*** Source material ***

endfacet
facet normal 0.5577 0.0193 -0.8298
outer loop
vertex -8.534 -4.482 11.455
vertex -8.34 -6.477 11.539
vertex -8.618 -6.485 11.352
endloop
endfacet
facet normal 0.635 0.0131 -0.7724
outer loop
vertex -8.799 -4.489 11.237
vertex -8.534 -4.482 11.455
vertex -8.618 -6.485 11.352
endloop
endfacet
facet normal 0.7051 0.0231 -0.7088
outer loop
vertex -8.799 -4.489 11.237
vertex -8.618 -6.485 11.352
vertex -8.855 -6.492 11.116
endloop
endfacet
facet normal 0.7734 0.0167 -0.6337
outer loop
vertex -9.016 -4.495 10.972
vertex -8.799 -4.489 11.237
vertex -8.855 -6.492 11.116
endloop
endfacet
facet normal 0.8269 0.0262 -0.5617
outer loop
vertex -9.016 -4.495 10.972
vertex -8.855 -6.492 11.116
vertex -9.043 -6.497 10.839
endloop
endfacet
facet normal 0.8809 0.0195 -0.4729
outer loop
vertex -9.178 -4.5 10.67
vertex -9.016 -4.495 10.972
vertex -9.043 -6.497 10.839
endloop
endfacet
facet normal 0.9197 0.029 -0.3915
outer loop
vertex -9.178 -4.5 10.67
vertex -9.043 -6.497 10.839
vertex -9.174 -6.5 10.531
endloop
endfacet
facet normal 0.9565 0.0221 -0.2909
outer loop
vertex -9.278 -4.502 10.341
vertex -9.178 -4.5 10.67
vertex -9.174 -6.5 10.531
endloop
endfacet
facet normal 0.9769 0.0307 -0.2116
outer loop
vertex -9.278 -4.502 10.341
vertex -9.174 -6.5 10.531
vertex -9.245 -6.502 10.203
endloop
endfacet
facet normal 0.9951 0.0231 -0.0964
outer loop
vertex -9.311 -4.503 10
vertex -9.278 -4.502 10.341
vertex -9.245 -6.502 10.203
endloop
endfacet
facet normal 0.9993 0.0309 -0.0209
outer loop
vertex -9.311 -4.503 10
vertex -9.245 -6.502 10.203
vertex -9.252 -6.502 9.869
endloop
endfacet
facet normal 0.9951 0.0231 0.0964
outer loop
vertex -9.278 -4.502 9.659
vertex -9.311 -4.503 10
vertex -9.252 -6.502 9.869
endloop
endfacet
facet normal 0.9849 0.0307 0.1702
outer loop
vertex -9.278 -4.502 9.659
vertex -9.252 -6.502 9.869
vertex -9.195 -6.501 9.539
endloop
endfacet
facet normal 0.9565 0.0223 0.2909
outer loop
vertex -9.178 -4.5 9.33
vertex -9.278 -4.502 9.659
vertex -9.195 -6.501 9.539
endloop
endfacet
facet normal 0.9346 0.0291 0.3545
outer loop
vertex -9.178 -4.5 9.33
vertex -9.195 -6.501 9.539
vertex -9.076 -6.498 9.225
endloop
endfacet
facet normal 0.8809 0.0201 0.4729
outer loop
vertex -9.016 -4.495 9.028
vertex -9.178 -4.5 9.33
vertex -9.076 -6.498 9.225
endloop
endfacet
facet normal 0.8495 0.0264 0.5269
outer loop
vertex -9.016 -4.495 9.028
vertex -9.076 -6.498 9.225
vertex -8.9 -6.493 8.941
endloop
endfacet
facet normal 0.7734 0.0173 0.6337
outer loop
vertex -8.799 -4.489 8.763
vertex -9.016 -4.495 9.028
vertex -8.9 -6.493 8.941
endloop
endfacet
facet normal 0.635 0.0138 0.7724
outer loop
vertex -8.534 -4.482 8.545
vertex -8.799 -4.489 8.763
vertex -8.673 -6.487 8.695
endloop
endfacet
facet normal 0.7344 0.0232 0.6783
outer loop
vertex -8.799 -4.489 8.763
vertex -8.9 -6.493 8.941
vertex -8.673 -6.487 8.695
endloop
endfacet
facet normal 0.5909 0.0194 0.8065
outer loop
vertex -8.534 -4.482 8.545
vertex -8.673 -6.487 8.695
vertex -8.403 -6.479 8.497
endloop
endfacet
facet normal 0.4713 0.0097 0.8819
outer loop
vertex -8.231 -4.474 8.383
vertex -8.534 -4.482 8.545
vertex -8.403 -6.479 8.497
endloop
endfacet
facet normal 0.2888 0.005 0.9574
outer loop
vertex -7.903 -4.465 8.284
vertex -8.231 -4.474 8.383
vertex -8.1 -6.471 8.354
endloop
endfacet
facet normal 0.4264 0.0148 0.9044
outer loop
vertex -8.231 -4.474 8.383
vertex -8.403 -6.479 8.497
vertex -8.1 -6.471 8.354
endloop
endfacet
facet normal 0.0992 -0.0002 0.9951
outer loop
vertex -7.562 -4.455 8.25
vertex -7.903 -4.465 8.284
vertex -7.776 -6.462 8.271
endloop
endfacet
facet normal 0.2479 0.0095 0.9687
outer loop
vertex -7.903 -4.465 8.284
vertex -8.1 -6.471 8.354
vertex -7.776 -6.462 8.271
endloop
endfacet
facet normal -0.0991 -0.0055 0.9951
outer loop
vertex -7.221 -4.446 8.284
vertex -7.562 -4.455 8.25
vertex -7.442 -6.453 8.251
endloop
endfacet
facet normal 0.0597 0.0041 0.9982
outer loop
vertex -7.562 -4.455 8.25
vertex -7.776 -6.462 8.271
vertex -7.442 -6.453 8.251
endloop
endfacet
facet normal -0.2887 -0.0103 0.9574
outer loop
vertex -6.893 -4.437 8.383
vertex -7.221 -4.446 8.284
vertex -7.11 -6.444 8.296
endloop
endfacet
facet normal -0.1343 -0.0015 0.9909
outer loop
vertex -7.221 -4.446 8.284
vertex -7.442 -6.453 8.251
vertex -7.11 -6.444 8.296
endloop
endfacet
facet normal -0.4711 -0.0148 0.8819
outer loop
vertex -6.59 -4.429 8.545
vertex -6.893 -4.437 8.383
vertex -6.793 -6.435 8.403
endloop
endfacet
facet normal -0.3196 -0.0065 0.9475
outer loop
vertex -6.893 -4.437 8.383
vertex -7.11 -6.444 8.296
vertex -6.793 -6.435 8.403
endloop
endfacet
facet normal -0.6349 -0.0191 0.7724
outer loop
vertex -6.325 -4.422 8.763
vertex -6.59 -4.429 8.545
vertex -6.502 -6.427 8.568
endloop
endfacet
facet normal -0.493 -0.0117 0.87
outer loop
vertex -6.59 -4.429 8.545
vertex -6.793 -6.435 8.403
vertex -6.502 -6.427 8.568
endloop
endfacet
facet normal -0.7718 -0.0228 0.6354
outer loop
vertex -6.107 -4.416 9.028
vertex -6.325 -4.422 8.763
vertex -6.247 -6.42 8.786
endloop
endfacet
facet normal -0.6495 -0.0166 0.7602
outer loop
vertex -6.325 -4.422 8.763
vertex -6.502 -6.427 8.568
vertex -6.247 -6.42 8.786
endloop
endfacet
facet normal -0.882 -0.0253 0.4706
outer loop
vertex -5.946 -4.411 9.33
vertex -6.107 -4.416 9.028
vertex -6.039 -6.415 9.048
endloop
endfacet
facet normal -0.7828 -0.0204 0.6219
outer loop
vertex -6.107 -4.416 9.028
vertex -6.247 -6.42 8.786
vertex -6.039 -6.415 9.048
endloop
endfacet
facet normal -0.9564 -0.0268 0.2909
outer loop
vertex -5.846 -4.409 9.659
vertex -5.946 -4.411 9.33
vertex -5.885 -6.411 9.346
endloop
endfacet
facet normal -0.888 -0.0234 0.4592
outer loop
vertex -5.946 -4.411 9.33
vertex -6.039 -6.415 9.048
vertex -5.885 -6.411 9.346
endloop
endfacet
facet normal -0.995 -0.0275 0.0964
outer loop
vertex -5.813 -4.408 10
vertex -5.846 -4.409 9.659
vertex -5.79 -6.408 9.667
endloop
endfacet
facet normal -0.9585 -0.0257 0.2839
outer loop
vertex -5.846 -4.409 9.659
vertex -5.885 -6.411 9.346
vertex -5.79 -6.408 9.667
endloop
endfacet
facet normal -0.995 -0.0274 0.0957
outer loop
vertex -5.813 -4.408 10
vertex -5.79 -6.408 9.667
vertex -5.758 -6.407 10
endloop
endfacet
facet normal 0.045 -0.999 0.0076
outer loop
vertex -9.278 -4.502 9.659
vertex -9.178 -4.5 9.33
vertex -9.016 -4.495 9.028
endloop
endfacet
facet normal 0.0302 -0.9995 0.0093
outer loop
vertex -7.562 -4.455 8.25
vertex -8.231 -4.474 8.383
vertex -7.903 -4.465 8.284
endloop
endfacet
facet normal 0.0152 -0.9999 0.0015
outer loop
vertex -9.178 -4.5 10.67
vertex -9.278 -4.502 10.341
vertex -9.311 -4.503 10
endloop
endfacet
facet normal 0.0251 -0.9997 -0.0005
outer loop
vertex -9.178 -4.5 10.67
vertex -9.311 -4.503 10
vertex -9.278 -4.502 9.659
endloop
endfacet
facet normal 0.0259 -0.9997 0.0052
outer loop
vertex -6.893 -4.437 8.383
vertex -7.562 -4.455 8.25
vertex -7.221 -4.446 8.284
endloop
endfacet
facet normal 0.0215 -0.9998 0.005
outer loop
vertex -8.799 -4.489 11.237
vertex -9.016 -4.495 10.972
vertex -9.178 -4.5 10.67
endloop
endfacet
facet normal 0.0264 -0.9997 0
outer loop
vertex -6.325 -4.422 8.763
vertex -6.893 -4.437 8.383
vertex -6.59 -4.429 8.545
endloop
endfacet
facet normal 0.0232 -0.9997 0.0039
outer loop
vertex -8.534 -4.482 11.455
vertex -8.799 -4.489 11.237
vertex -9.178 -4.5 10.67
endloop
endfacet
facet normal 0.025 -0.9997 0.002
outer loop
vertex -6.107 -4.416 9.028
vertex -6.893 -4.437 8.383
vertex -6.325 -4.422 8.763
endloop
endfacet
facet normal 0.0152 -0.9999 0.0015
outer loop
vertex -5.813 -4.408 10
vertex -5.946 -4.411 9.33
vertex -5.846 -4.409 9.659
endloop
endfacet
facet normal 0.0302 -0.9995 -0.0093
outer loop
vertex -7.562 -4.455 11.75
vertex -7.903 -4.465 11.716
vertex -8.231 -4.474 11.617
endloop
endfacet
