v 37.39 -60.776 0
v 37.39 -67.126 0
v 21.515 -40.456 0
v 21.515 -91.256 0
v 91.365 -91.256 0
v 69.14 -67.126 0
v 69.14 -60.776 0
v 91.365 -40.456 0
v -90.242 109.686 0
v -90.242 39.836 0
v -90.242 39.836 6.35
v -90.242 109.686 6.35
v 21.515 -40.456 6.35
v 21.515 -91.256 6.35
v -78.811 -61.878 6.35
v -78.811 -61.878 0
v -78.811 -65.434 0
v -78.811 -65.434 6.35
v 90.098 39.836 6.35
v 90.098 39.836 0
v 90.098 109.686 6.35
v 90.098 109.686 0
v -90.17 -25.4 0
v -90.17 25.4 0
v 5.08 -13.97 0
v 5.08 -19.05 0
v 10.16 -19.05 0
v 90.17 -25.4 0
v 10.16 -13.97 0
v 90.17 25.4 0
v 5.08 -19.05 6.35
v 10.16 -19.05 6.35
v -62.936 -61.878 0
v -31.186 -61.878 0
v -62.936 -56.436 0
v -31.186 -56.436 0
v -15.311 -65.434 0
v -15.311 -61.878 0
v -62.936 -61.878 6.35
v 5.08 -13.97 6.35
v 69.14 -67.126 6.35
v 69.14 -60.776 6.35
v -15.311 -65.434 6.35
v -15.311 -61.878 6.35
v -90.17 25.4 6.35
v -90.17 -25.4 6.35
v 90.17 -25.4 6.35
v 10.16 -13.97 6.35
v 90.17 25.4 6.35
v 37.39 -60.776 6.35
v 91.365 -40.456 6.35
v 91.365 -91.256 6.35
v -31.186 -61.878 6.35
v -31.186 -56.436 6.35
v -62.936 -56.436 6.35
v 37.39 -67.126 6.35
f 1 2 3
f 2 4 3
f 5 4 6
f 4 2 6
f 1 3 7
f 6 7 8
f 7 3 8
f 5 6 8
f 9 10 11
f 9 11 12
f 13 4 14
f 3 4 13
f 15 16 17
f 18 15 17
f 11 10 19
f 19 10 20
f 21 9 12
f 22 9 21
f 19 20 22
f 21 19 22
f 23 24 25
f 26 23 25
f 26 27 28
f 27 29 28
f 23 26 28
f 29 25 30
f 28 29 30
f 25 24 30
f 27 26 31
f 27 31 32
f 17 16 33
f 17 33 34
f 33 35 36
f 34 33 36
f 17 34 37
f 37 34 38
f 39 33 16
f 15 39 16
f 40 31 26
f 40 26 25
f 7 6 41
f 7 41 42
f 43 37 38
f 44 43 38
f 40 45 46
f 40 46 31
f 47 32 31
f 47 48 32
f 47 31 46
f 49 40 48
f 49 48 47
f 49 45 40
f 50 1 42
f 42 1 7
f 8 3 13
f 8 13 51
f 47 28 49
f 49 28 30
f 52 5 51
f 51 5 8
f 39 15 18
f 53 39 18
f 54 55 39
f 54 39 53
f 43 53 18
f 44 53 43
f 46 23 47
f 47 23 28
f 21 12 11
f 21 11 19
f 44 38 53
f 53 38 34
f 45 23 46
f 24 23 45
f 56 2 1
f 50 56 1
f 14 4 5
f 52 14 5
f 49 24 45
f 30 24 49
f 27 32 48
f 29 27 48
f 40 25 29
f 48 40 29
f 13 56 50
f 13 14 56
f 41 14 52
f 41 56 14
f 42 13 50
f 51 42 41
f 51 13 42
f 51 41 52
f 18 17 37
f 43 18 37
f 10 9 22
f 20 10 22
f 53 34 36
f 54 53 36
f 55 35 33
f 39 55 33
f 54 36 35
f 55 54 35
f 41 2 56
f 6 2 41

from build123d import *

# Parameters (mm, degrees)
F0_W     = 180.34
F0_H     = 50.8
F0_W_2   = 5.08
F0_H_2   = 5.08
F1_DEPTH = 6.35
F2_W     = 69.85
F2_H     = 50.8
F2_W_2   = 31.75
F2_H_2   = 6.35
F3_DEPTH = 6.35
F4_W     = 180.34
F4_H     = 69.85
F5_DEPTH = 6.35
F7_DEPTH = 6.35


with BuildPart() as f1:
    # F0 (on Top) → F1 (new body)
    with BuildSketch(Plane.XY):
        Rectangle(F0_W, F0_H)
        with Locations((7.62, -16.51)):
            Rectangle(F0_W_2, F0_H_2, mode=Mode.SUBTRACT)
    extrude(amount=F1_DEPTH)


with BuildPart() as f3:
    # F2 (on Top) → F3 (new body)
    with BuildSketch(Plane.XY):
        with Locations((56.439783, -65.855933)):
            Rectangle(F2_W, F2_H)
        with Locations((53.264783, -63.950933)):
            Rectangle(F2_W_2, F2_H_2, mode=Mode.SUBTRACT)
    extrude(amount=F3_DEPTH)


with BuildPart() as f5:
    # F4 (on Top) → F5 (new body)
    with BuildSketch(Plane.XY):
        with Locations((-0.072438, 74.761368)):
            Rectangle(F4_W, F4_H)
    extrude(amount=F5_DEPTH)


with BuildPart() as f7:
    # F6 (on Top) → F7 (new body)
    with BuildSketch(Plane.XY):
        Polygon((-62.93563, -61.877686), (-78.81063, -61.877686), (-78.81063, -65.433686), (-15.31063, -65.433686), (-15.31063, -61.877686), (-31.18563, -61.877686), (-31.18563, -56.435704), (-62.93563, -56.435704), align=None)
    extrude(amount=F7_DEPTH)


solid = Compound([f1.part, f3.part, f5.part, f7.part])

*** End of Source material ***

→ How to complete this task:
Would you quote everything above from the line containing "v 5.08 -13.97 0" down to the line containing "v 90.17 -25.4 6.35"? Include both of those lines and nothing else.

→ Solution to this task:
v 5.08 -13.97 0
v 5.08 -19.05 0
v 10.16 -19.05 0
v 90.17 -25.4 0
v 10.16 -13.97 0
v 90.17 25.4 0
v 5.08 -19.05 6.35
v 10.16 -19.05 6.35
v -62.936 -61.878 0
v -31.186 -61.878 0
v -62.936 -56.436 0
v -31.186 -56.436 0
v -15.311 -65.434 0
v -15.311 -61.878 0
v -62.936 -61.878 6.35
v 5.08 -13.97 6.35
v 69.14 -67.126 6.35
v 69.14 -60.776 6.35
v -15.311 -65.434 6.35
v -15.311 -61.878 6.35
v -90.17 25.4 6.35
v -90.17 -25.4 6.35
v 90.17 -25.4 6.35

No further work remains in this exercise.